Pero faltaba algo. Quería que hablara más con sus pacientes, pero entendí que Hawkeye era, después de todo, un cirujano, y era, después de todo, un programa de televisión de 30 minutos, y él era, en última instancia, un personaje de ficción. (También quería que él fuera más allá con el viejo Hot Lips Houlihan, pero eso fue por razones diferentes, más hormonales).

Luego, en algo así como el episodio 20, apareció Allan Arbus, interpretando el papel de Sidney Freedman, MD, el psiquiatra militar enviado ocasionalmente al 4077. Incluso a la edad apenas pubescente de 11 años (comencé a perder la calvicie temprano), el trabajo del Dr. Freedman me inspiró y me conmovió. El personal del 4077th visitó Sidney con respeto y admiración. Lo necesitaban tanto como necesitaban a sus cirujanos y enfermeras y el alambique con el que Hawkeye preparaba su whisky.

«Necesitamos a Sidney», recuerdo que dijeron, aunque pasé una buena parte del día tratando de encontrar esa cita exacta y no estoy seguro de que alguna vez hayan dicho esas palabras, palabras en ninguno de los guiones. Supongo que es porque no lo necesitaban. Sabían, y por extensión el espectador sabía, lo que se necesitaba.

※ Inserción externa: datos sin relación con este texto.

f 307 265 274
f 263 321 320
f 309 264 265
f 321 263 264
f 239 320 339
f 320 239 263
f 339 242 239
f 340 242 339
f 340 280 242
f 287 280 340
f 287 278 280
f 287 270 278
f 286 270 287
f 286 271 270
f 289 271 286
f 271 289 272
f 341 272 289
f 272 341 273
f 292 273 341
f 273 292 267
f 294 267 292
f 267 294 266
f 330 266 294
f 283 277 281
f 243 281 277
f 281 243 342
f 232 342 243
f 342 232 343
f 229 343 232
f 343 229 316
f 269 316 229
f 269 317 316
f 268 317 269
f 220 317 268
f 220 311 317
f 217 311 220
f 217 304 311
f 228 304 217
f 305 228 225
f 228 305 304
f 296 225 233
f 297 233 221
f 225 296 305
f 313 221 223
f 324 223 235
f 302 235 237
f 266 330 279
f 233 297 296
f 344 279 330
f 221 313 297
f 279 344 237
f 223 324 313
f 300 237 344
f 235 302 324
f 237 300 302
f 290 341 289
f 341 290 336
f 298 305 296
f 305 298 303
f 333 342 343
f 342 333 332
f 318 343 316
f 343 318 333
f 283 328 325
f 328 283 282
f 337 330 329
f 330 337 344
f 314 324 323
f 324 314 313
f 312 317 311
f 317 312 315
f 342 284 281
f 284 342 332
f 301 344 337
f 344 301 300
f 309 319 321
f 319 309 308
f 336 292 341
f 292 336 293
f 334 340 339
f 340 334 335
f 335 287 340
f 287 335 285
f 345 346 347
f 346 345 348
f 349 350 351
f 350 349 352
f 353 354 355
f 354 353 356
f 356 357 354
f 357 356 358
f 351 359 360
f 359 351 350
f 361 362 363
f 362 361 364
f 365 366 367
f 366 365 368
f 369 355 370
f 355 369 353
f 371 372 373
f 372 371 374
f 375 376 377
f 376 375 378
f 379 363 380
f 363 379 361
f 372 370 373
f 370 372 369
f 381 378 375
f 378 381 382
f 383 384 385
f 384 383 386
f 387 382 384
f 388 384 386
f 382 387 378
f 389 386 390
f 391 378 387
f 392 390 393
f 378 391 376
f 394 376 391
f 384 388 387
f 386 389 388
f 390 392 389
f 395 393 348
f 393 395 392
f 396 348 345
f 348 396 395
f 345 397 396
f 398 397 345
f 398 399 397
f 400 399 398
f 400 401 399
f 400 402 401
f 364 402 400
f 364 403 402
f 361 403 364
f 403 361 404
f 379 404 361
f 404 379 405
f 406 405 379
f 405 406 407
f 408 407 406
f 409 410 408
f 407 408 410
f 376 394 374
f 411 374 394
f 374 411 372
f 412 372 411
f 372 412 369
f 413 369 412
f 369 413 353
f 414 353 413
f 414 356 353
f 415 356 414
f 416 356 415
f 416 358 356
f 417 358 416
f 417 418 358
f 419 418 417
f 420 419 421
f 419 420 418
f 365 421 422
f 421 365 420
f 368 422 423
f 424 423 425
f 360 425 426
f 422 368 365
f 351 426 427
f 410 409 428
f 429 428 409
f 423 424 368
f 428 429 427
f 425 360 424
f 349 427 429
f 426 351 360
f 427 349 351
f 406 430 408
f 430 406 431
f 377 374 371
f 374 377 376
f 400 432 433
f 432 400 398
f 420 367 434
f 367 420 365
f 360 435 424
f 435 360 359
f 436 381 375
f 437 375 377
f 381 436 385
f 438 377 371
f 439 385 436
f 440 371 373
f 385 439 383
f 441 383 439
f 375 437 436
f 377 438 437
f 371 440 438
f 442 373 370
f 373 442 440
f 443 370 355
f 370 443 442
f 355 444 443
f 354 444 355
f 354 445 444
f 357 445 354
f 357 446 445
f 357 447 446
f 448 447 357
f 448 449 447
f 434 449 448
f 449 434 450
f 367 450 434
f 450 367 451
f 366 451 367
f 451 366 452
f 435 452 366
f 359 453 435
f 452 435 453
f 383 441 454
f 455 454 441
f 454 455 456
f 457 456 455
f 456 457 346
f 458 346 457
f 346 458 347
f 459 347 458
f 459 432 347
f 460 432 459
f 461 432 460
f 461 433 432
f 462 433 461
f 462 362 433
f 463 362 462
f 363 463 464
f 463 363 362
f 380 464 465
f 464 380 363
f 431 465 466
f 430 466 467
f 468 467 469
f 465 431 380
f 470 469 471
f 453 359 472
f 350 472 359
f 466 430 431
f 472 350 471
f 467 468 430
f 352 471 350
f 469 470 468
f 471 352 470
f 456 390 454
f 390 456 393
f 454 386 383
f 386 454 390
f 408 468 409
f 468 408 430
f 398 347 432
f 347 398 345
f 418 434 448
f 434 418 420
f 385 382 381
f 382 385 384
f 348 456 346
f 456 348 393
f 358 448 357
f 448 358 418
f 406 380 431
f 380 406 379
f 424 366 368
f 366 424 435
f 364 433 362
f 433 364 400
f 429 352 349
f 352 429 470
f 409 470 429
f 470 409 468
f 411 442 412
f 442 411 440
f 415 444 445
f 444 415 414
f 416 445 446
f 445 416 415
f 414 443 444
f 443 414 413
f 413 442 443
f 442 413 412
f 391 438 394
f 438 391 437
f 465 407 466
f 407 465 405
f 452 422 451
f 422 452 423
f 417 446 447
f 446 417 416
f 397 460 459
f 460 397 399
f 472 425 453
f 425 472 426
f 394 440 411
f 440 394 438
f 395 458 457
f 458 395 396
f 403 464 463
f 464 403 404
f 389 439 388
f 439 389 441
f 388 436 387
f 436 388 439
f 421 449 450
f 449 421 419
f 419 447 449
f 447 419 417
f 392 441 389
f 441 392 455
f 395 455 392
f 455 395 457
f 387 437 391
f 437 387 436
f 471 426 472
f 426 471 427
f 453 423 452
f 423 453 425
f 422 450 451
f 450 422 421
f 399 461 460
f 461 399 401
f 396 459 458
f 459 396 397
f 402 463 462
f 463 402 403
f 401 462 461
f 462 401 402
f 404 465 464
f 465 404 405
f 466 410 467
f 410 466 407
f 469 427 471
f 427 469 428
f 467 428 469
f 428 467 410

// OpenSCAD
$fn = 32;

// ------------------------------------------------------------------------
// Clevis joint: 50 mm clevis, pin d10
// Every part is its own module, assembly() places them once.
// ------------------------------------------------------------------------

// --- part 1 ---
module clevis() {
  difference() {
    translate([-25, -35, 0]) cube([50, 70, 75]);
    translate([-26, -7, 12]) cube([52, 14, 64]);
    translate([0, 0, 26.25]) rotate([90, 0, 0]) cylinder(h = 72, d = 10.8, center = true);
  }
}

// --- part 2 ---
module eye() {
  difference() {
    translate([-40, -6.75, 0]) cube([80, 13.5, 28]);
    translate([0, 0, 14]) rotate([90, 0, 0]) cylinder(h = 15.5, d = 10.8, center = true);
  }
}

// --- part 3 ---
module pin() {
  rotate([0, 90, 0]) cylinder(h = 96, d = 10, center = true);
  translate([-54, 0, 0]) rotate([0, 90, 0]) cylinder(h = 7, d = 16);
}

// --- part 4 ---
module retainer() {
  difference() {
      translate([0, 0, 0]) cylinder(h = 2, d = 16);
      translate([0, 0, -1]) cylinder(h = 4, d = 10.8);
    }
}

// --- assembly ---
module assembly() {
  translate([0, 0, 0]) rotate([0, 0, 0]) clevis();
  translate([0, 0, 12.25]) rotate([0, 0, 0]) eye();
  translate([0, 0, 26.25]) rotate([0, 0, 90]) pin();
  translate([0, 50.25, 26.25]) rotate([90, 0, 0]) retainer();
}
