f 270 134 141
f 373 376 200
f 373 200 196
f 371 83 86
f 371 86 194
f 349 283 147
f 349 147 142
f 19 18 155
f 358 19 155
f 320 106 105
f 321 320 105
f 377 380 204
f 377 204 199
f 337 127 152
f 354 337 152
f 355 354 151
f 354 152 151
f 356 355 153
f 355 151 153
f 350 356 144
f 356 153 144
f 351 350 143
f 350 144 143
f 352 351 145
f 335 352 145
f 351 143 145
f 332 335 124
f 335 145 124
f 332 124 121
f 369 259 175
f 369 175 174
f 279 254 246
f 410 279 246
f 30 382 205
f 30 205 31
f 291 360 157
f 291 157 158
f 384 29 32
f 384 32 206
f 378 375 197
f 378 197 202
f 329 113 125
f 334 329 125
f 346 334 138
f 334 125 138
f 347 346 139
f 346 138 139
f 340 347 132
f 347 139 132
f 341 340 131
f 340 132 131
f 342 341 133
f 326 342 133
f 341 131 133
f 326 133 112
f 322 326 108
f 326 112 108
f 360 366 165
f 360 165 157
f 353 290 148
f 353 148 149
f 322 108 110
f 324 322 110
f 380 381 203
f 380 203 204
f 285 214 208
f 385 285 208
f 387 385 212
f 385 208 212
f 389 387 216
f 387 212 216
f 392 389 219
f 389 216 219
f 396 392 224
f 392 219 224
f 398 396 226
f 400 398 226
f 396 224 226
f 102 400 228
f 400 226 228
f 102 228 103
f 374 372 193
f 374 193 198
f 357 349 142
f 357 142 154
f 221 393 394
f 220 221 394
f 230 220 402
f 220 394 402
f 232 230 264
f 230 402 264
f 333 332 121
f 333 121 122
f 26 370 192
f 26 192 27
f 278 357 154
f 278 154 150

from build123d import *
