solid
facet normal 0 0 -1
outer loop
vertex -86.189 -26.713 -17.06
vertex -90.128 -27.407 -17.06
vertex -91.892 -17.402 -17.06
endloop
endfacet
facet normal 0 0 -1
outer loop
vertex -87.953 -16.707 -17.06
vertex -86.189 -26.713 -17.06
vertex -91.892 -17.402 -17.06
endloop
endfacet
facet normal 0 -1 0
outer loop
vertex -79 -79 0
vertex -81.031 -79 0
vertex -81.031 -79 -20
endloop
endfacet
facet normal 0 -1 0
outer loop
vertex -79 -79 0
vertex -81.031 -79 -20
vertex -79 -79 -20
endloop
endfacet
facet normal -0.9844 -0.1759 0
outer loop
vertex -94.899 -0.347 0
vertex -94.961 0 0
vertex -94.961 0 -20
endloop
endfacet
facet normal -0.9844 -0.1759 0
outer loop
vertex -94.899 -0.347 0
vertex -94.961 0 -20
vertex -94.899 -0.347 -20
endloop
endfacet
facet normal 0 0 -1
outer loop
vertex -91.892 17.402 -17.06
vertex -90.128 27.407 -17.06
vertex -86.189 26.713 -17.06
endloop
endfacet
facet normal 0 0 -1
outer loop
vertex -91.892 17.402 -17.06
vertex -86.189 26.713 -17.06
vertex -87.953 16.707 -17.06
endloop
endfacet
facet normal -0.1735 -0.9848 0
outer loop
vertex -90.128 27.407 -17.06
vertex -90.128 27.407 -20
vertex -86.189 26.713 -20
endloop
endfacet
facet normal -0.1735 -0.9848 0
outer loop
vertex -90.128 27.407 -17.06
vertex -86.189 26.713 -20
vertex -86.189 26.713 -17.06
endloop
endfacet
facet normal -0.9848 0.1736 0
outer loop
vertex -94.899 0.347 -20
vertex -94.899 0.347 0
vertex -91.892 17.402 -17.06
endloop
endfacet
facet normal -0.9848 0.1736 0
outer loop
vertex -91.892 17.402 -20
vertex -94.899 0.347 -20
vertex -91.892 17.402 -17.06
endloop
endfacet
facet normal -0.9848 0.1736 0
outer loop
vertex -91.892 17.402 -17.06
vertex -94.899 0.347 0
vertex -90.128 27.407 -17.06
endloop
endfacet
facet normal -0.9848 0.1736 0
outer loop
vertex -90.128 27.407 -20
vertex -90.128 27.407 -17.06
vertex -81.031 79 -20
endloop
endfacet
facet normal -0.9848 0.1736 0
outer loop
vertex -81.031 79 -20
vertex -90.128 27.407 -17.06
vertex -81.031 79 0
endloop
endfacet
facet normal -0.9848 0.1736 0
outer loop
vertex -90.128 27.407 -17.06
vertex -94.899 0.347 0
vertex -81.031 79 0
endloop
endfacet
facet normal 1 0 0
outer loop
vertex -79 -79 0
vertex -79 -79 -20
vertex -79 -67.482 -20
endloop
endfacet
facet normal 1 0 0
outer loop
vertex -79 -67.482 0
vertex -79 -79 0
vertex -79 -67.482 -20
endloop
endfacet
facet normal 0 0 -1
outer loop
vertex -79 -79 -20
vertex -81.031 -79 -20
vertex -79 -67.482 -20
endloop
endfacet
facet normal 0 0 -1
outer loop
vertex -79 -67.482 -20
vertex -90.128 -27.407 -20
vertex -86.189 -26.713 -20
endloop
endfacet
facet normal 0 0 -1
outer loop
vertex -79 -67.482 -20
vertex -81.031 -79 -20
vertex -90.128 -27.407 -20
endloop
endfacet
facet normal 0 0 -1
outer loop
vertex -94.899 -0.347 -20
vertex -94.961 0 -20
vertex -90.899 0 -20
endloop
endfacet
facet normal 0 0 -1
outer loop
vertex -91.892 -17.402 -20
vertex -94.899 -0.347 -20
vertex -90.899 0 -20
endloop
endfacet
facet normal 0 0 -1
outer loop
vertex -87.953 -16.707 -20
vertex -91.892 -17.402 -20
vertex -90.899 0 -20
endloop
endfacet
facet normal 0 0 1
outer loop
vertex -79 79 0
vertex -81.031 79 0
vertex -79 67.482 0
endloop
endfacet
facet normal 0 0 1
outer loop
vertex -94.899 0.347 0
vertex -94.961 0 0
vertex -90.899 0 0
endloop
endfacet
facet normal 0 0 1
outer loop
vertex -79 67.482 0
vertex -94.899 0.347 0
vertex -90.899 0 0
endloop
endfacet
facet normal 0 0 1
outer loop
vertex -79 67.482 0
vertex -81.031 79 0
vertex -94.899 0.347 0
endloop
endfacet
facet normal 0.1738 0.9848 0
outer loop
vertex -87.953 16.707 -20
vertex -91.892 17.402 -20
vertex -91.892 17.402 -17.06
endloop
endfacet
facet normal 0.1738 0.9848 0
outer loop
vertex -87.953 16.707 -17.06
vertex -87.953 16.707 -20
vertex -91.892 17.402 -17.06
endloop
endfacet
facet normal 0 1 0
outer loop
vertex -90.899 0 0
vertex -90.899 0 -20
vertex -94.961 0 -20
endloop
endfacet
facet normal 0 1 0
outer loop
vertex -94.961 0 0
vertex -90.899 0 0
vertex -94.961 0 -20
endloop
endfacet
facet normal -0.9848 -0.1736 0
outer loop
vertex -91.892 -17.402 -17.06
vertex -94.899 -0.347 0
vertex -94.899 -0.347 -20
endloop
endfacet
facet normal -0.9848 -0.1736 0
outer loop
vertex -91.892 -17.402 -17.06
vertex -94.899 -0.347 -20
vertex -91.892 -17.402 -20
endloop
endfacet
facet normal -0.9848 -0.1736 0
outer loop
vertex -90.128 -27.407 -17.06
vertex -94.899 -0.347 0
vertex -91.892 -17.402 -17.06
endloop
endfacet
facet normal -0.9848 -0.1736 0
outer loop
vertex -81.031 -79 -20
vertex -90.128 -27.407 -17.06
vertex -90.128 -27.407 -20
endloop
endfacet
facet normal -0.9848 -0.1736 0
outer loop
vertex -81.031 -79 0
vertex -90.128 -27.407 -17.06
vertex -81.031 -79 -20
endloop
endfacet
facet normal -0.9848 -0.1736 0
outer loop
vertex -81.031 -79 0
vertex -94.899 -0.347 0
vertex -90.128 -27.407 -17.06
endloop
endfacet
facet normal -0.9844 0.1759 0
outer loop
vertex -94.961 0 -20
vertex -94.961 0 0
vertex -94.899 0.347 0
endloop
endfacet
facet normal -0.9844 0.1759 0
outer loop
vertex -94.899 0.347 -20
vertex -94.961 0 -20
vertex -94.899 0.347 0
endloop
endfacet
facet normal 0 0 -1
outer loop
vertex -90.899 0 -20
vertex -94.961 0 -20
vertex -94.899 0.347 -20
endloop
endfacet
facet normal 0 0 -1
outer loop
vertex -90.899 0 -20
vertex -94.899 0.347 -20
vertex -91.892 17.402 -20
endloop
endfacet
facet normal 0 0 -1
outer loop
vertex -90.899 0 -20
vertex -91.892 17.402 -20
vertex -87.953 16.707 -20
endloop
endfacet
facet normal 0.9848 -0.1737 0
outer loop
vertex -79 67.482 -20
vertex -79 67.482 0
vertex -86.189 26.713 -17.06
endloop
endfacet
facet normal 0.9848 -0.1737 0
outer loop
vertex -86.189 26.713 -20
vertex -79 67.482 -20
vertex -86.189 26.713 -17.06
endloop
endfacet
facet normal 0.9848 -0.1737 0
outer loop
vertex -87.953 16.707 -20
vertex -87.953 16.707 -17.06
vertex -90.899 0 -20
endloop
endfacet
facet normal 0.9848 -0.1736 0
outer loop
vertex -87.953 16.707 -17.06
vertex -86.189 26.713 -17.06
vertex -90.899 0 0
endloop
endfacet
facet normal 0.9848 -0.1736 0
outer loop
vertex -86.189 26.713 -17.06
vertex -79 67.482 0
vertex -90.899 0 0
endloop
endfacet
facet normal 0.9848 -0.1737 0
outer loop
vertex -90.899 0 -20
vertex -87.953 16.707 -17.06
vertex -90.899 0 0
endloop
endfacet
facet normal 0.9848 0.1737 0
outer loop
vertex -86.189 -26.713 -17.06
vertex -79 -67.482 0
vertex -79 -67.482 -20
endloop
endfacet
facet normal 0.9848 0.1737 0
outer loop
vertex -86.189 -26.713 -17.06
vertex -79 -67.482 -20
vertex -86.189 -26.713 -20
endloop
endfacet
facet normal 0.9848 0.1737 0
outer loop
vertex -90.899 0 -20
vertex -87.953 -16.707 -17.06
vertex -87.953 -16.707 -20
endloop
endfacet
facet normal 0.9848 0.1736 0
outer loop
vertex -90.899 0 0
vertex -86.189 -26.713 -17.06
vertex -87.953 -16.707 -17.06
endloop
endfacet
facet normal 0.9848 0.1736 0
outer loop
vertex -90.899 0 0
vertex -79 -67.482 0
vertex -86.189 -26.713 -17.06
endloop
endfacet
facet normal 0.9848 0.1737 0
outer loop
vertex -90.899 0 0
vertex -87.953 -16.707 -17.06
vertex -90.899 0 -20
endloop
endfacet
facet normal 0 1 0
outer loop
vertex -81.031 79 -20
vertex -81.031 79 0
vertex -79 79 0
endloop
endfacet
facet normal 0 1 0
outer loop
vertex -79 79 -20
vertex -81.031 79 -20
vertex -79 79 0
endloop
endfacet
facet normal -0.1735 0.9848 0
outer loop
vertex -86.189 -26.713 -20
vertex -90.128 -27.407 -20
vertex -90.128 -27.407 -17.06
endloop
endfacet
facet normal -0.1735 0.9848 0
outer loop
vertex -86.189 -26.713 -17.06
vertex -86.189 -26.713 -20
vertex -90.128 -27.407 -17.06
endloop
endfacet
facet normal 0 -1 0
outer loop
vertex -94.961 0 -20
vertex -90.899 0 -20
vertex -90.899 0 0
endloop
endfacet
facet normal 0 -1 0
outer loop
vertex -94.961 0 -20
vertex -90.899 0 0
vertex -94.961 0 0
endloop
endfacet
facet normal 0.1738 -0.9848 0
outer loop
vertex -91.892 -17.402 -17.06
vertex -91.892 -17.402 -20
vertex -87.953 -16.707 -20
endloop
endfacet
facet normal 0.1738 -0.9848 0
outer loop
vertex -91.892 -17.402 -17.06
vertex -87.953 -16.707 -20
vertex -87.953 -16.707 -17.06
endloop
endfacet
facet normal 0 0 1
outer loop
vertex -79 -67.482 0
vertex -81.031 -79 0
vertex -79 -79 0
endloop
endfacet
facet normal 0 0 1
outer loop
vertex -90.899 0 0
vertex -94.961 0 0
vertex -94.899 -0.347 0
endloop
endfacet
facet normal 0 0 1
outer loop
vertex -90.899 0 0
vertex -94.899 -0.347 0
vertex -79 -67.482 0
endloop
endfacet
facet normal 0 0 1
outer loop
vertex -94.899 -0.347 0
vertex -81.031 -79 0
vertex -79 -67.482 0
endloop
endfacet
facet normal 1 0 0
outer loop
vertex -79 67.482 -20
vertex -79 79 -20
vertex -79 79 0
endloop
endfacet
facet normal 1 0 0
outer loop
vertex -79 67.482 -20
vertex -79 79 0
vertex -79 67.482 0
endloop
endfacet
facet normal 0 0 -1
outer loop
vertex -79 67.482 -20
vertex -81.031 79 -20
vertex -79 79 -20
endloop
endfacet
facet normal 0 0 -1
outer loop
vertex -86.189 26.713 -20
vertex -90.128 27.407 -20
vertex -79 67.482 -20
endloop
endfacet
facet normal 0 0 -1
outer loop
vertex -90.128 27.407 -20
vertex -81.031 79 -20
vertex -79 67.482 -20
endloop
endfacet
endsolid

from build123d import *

# Parameters (mm, degrees)
BOSS_EXTRUDE1_DEPTH = 20
SKETCH2_W           = 2.94
SKETCH2_H           = 10.16
CUT_EXTRUDE1_DEPTH  = 68.159900875


with BuildPart() as part:
    # Sketch1 → Boss-Extrude1 (new body)
    with BuildSketch(Plane.XY):
        Polygon((-94.899446982, -0.347296355), (-81.030853224, -79), (-79, -79), (-79, -67.482459034), (-90.898978252, 0), (-92.929831476, 0), (-94.9606847, 0), align=None)
    extrude(amount=-BOSS_EXTRUDE1_DEPTH)

    # Sketch2 → Cut-Extrude1 (cut, through all)
    with BuildSketch(Plane(origin=(-92.097269688, -16.239233496, 0), x_dir=(0, 0, 1), z_dir=(-0.9848077530122071, -0.17364817766693633, 0))):
        with Locations((-18.53, -6.260250152)):
            Rectangle(SKETCH2_W, SKETCH2_H)
    extrude(amount=-CUT_EXTRUDE1_DEPTH, mode=Mode.SUBTRACT)


with BuildPart() as body_2:
    # Mirror2: mirrored copy
    add(part.part.mirror(Plane.ZX))


solid = Compound([part.part, body_2.part])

Lo que estoy diciendo es que los personajes de M * A * S * H ​​necesitaban a Sidney tanto como su paciente necesitaba a Sidney, tanto como yo necesitaba a Sidney, tanto, de hecho, como Sidney necesitaba. De todos ellos . Los esfuerzos terapéuticos de Sidney vinieron a través de la tarea engañosamente simple pero realmente agotadora de sentarse con otros a través de un inmenso dolor y dolor. Una identidad de rescate extraña, masoquista y ciertamente impulsada por la fantasía fue picada en mi sentido de mí mismo y en mi propósito por el personaje que interpretó Allan Arbus. Si fuera médico (y ya era el hijo calvo de un médico, por lo que las cartas apuntaban al menos en un 50% en esa dirección), sería un psiquiatra, y sería un psiquiatra como Sidney, porque incluso los cirujanos 4077 no podrían hacer lo que hicieron sin Sidney.

Así que incluso llamé a Alan Arbus una vez, y tuvo la amabilidad de devolverme la llamada. Fue hace unos 5 años. En ese momento me di cuenta de que los modales de cabecera del doctor Freedman estaban cada vez más en mi mente. Por capricho, lo busqué en Wikipedia.

Nació en 1918 … no es una gallina de primavera, pero sigue siendo vital y con un brillo en los ojos, al menos por los perfiles que he leído.

Me comuniqué con su agente y, en este caso, me llamó unos días después a mi teléfono celular. No reconocí el número y tenía esa histeria habitual cuando entra una llamada inesperada y tienes niños pequeños.

«Disculpe», le dije al chico de 15 años que vi en mi oficina. «Quiero asegurarme de que no sea una emergencia».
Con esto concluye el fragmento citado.